Sunil Singhania: No, we are taking a PSU banking versus
private banking stand. Obviously private banks are slightly less prone to NPL
problems for the simple reason because they do not have the kind of social
obligation as some of the PSU banks have.
But the call is that in this kind of an environment, smaller
banks might get hit more if one or two big accounts turn NPLs or turn into
restructured assets. So the call is more towards larger banks.
We are not taking a PSU versus private stand because while
private banks are good, they are also priced accordingly. PSU banks have some
issues, but their valuations have also come down accordingly. But the call from
our side is to be in larger banks, which might be able to withstand near-term
NPL or restructuring issues slightly more strongly than the smaller banks.
ET Now: Why are you so negative on autos?
Sunil Singhania: I do not think we are negative on autos.
ET Now: You have got 1 or 2 exposure there, no exposure...
Sunil Singhania: No. In fact, in some of our funds, we have
a huge exposure to auto. In India, auto is a great story structurally. But auto
is also slightly negatively correlated with interest rates. With the interest
rate scenario improving now, there is near-term headwinds in terms of auto
sales, because of the way the economy is progressing and also because of the
perception that monsoon might not be as good.
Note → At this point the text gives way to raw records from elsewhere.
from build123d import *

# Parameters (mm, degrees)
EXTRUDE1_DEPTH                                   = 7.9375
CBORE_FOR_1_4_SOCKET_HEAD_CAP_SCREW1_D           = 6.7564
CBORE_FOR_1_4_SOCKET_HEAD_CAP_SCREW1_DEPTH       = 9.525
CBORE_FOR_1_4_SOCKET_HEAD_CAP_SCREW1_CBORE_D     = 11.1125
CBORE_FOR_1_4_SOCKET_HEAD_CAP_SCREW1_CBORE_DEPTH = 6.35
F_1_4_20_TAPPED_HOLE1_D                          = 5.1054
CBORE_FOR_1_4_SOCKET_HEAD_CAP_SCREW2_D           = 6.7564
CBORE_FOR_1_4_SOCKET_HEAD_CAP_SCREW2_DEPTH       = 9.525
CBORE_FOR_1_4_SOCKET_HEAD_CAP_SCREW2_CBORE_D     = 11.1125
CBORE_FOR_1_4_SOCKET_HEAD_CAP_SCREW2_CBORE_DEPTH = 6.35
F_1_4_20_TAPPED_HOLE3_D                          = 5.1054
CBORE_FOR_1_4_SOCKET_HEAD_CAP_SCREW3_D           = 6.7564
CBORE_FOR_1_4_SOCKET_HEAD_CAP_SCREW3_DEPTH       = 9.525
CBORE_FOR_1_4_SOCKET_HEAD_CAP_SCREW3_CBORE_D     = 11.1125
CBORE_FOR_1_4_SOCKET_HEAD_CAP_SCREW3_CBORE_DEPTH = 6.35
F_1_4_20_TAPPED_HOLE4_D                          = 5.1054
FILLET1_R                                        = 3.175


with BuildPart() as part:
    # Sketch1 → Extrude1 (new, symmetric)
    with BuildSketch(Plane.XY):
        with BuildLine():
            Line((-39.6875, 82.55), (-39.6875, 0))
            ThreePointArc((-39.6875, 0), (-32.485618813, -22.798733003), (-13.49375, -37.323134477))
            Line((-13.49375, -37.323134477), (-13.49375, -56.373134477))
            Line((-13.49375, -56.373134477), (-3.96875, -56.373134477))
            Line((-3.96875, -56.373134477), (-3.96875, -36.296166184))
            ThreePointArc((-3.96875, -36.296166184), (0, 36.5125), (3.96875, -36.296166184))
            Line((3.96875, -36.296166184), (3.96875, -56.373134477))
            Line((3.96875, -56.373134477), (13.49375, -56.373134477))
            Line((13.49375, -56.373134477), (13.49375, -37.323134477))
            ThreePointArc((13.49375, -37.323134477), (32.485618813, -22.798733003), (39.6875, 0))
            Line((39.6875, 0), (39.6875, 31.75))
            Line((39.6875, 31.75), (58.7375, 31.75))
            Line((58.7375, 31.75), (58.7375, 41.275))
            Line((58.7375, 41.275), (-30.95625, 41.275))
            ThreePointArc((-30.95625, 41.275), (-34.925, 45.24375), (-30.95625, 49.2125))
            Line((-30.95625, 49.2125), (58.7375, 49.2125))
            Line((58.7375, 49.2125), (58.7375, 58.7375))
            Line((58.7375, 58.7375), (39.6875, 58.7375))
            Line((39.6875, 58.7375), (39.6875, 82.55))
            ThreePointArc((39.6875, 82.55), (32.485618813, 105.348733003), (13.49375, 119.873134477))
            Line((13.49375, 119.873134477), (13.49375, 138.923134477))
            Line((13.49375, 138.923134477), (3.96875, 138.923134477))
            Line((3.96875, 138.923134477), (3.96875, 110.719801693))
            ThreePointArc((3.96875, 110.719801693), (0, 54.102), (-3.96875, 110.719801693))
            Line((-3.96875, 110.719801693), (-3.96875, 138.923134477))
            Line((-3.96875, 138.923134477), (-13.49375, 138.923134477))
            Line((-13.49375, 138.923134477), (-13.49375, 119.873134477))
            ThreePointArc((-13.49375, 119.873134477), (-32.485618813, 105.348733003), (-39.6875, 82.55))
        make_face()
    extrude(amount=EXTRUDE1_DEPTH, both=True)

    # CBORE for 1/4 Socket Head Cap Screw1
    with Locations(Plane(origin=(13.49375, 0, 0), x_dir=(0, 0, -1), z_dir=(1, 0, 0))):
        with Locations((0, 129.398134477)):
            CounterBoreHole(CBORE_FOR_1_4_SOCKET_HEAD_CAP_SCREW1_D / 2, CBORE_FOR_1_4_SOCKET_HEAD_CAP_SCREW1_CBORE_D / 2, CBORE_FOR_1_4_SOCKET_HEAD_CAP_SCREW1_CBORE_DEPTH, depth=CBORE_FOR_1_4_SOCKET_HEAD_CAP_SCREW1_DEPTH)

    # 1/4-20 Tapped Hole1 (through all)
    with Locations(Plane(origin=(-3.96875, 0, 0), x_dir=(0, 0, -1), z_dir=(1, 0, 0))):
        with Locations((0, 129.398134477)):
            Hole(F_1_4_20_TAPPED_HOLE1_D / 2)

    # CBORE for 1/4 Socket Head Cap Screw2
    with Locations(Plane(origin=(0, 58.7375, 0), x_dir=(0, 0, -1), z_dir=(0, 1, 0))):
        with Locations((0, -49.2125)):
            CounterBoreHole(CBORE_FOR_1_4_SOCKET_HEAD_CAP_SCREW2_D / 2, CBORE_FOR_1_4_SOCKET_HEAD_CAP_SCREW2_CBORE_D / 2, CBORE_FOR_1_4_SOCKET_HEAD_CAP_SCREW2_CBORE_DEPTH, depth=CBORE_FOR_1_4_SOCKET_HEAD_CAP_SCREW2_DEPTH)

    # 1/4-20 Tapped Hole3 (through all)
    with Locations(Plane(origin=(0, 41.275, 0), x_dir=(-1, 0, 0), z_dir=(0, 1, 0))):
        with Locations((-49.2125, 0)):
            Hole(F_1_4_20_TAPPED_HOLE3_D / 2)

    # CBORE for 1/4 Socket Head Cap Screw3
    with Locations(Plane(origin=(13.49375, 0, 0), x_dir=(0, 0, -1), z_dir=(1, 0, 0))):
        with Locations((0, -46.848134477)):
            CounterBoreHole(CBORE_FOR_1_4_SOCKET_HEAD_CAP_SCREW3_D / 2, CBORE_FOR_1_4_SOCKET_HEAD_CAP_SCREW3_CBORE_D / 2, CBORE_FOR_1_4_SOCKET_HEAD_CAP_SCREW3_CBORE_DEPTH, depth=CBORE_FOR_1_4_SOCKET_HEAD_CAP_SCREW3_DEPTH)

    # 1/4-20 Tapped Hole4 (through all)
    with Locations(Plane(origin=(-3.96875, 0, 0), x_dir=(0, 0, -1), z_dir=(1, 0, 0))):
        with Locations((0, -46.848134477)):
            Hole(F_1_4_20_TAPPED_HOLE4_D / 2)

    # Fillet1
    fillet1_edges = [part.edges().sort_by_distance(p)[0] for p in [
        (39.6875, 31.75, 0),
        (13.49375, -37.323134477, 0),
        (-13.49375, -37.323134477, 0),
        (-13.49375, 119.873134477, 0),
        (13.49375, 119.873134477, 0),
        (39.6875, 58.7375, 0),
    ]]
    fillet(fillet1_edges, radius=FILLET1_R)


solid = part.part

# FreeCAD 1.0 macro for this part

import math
import FreeCAD as App
import Part
import Sketcher
from FreeCAD import Vector
Q = App.Units.Quantity


def edges_at(feature, points):
    """Names of the edges that pass closest to the given points."""
    edges = feature.Shape.Edges
    near = lambda p: min(range(len(edges)), key=lambda i: edges[i].distToShape(Part.Vertex(*p))[0])
    return sorted({f"Edge{near(p) + 1}" for p in points})

doc = App.newDocument("Part")
body = doc.addObject("PartDesign::Body", "Body")

# Sketch on XY plane
sketch1 = body.newObject("Sketcher::SketchObject", "Sketch")
sketch1.AttachmentSupport = (doc.getObject("XY_Plane"), [""])
sketch1.MapMode = "FlatFace"
sketch1.addGeometry(Part.LineSegment(Vector(-39.7, 82.5, 0), Vector(-39.7, 0, 0)), False)
sketch1.addGeometry(Part.ArcOfCircle(Part.Circle(Vector(0, 0, 0), Vector(0, 0, 1), 39.7), math.radians(-180), math.radians(-110)), False)
sketch1.addGeometry(Part.LineSegment(Vector(-13.5, -37.3, 0), Vector(-13.5, -56.4, 0)), False)
sketch1.addGeometry(Part.LineSegment(Vector(-13.5, -56.4, 0), Vector(-4, -56.4, 0)), False)
sketch1.addGeometry(Part.LineSegment(Vector(-4, -56.4, 0), Vector(-4, -36.3, 0)), False)
sketch1.addGeometry(Part.ArcOfCircle(Part.Circle(Vector(0, 0, 0), Vector(0, 0, 1), 36.5), math.radians(-84), math.radians(264)), False)
sketch1.addGeometry(Part.LineSegment(Vector(4, -36.3, 0), Vector(4, -56.4, 0)), False)
sketch1.addGeometry(Part.LineSegment(Vector(4, -56.4, 0), Vector(13.5, -56.4, 0)), False)
sketch1.addGeometry(Part.LineSegment(Vector(13.5, -56.4, 0), Vector(13.5, -37.3, 0)), False)
sketch1.addGeometry(Part.ArcOfCircle(Part.Circle(Vector(0, 0, 0), Vector(0, 0, 1), 39.7), math.radians(-70), math.radians(0)), False)
sketch1.addGeometry(Part.LineSegment(Vector(39.7, 0, 0), Vector(39.7, 31.8, 0)), False)
sketch1.addGeometry(Part.LineSegment(Vector(39.7, 31.8, 0), Vector(58.7, 31.8, 0)), False)
sketch1.addGeometry(Part.LineSegment(Vector(58.7, 31.8, 0), Vector(58.7, 41.3, 0)), False)
sketch1.addGeometry(Part.LineSegment(Vector(58.7, 41.3, 0), Vector(-31, 41.3, 0)), False)
sketch1.addGeometry(Part.ArcOfCircle(Part.Circle(Vector(-31, 45.2, 0), Vector(0, 0, 1), 4), math.radians(90), math.radians(270)), False)
sketch1.addGeometry(Part.LineSegment(Vector(-31, 49.2, 0), Vector(58.7, 49.2, 0)), False)
sketch1.addGeometry(Part.LineSegment(Vector(58.7, 49.2, 0), Vector(58.7, 58.7, 0)), False)
sketch1.addGeometry(Part.LineSegment(Vector(58.7, 58.7, 0), Vector(39.7, 58.7, 0)), False)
So the purchase is being shifted, but we will continue to
track it closely. In fact, we feel that in future the support auto sector
companies, i.e. engineering and auto ancillary companies, would be very
interesting to look at.
So we are not negative, but in the near term, there might be
months when you have some disappointing sales.
ET Now: Looking at Infosys and TCS, do you think IT or
largecap IT stocks could go through a process of de-rating?
Sunil Singhania: TCS is almost at an all-time high barring
the past few days, but it clearly reflects that even within this sector, all
companies are not going to move together. So there is a huge diversion of
performance within the IT segment. So one company is down significantly like
20% year to date, but some of the other companies are up 15-17-20% year to
date.
Some of the smaller IT companies have been doing very well,
and many of these IT companies are trading at 5 to 7 year highs. The sector is
superb. As a country with a huge working population, we have an advantage. The
cost pressures are slowly coming under control. All it will take is some
revival in the global economy before investors start to look at this sector
again.
So we will closely watch this sector, and we do believe that
stock specifics even within the sector will be more important.